I suspect the issue lies between riverpgxv5.Listener.Close() not setting l.conn to nil in case closing the connection fails and Listener.Connect() returning the "connection already established" error if l.conn is not nil.

Reading PgConn's Close() docs, they sound like it might be ok to assume that the connection is closed even if Close() returns an error. So the solution might be as simple as setting l.Conn = nil in the riverpgxv5 Listener regardless whether pgx returned an error on Close().

@mfrister Great point. That's very likely it. Opened #246 to patch that problem up.

@shawnstephens I think I know the cause of the problem, which is that this error occurs when a client's Start is invoked more than once. e.g. (Although it's probably not as obvious as this.)

	if err := riverClient.Start(ctx); err != nil {
		return err
	}

	if err := riverClient.Start(ctx); err != nil {
		return err
	}

The client should probably have some protection against that, but for now, can you audit your use of Start and see if anything comes up?

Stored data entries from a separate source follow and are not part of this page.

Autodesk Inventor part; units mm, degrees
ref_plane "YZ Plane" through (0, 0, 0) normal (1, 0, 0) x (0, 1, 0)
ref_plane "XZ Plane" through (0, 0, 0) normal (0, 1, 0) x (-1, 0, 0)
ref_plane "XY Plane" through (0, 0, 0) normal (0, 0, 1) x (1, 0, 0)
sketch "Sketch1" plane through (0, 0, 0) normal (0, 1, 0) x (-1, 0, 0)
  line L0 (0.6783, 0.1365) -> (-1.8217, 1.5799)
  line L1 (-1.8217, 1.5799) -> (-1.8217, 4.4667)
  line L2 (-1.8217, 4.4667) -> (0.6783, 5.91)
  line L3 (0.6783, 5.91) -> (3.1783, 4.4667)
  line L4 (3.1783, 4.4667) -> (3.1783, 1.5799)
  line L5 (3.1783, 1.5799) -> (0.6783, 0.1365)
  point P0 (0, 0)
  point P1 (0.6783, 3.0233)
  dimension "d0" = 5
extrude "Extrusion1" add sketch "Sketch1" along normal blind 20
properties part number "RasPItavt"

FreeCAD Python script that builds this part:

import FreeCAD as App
import Part
import Sketcher
Q = App.Units.Quantity

doc = App.newDocument("Part")
body = doc.addObject("PartDesign::Body", "Body")

# Sketch on XZ plane
sketch1 = body.newObject("Sketcher::SketchObject", "Sketch")
sketch1.AttachmentSupport = (doc.getObject("XZ_Plane"), [""])
sketch1.MapMode = "FlatFace"
sketch1.addGeometry([
    Part.LineSegment(App.Vector(1.8, 1.6, 0), App.Vector(-0.7, 0.1, 0)),  # 0
    Part.LineSegment(App.Vector(-0.7, 0.1, 0), App.Vector(-3.2, 1.6, 0)),  # 1
    Part.LineSegment(App.Vector(-3.2, 1.6, 0), App.Vector(-3.2, 4.5, 0)),  # 2
    Part.LineSegment(App.Vector(-3.2, 4.5, 0), App.Vector(-0.7, 5.9, 0)),  # 3
    Part.LineSegment(App.Vector(-0.7, 5.9, 0), App.Vector(1.8, 4.5, 0)),  # 4
    Part.LineSegment(App.Vector(1.8, 4.5, 0), App.Vector(1.8, 1.6, 0)),  # 5
], False)
sketch1.addConstraint([
    Sketcher.Constraint("Coincident", 0, 2, 1, 1),
    Sketcher.Constraint("Coincident", 1, 2, 2, 1),
    Sketcher.Constraint("Coincident", 2, 2, 3, 1),
    Sketcher.Constraint("Coincident", 3, 2, 4, 1),
    Sketcher.Constraint("Coincident", 4, 2, 5, 1),
    Sketcher.Constraint("Coincident", 5, 2, 0, 1),
    Sketcher.Constraint("Vertical", 2),
    Sketcher.Constraint("Vertical", 5),
    Sketcher.Constraint("Parallel", 0, 3),
    Sketcher.Constraint("Parallel", 1, 4),
    Sketcher.Constraint("Horizontal", 2, 2, 4, 2),
    Sketcher.Constraint("Horizontal", 1, 2, 5, 2),
    Sketcher.Constraint("Vertical", 0, 2, 3, 2),
    Sketcher.Constraint("DistanceX", 2, 2, 4, 2, 5.0),
    Sketcher.Constraint("Angle", 0, Q("-149.9996 deg")),
    Sketcher.Constraint("DistanceY", -1, 1, 1, 2, 1.58),
    Sketcher.Constraint("DistanceY", -1, 1, 3, 2, 5.91),
    Sketcher.Constraint("DistanceX", 0, 2, -1, 1, 0.6783),
])
pad1 = body.newObject("PartDesign::Pad", "Pad")
pad1.Profile = sketch1
pad1.Length = 20
pad1.Reversed = True

doc.recompute()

@brandur First thanks a bunch for all the memory fixes. I confirmed we are only calling start once in the background worker. The function InitRiverWorkerAndClient has only one invocation in the application. We do have a separate process with an insert-only worker, and it does not call start. Sounds like #246 should fix it though. I also show the issue to start a few minutes after start as @mfrister mentions.

func InitRiverWorkerAndClient(ctx context.Context, ds *postgres.Datastore, cfg Config) {
	// add river worker
	riverWorkers := river.NewWorkers()
	if err := river.AddWorkerSafely(riverWorkers, &ShipmentMessageWorker{
		Logger: log.New(),
	}); err != nil {
		log.Errorf("could not register new River worker: %s", err.Error())
		panic(err)
	}
	log.Infof("new River worker registered successfully")

	// create new river client
	client, err := river.NewClient(riverpgxv5.New(ds.PgxPool()), &river.Config{
		Queues:  map[string]river.QueueConfig{river.QueueDefault: {MaxWorkers: cfg.MaxRiverWorkers}},
		Workers: riverWorkers,
	})
	if err != nil {
		log.Errorf("could not initialize new River client: %s", err.Error())
		panic(err)
	}

	// start the client
	if err := client.Start(ctx); err != nil {
		log.Errorf("failed to start River client: %s", err.Error())
		panic(err)
	}

	// ensures the worker doesn't exit until it's terminated by a signal
	<-ctx.Done()
}

@shawnstephens Ack, and thanks for checking into that. We'll cut a release for #246 soon, and hopefully this'll be the last major hurdle.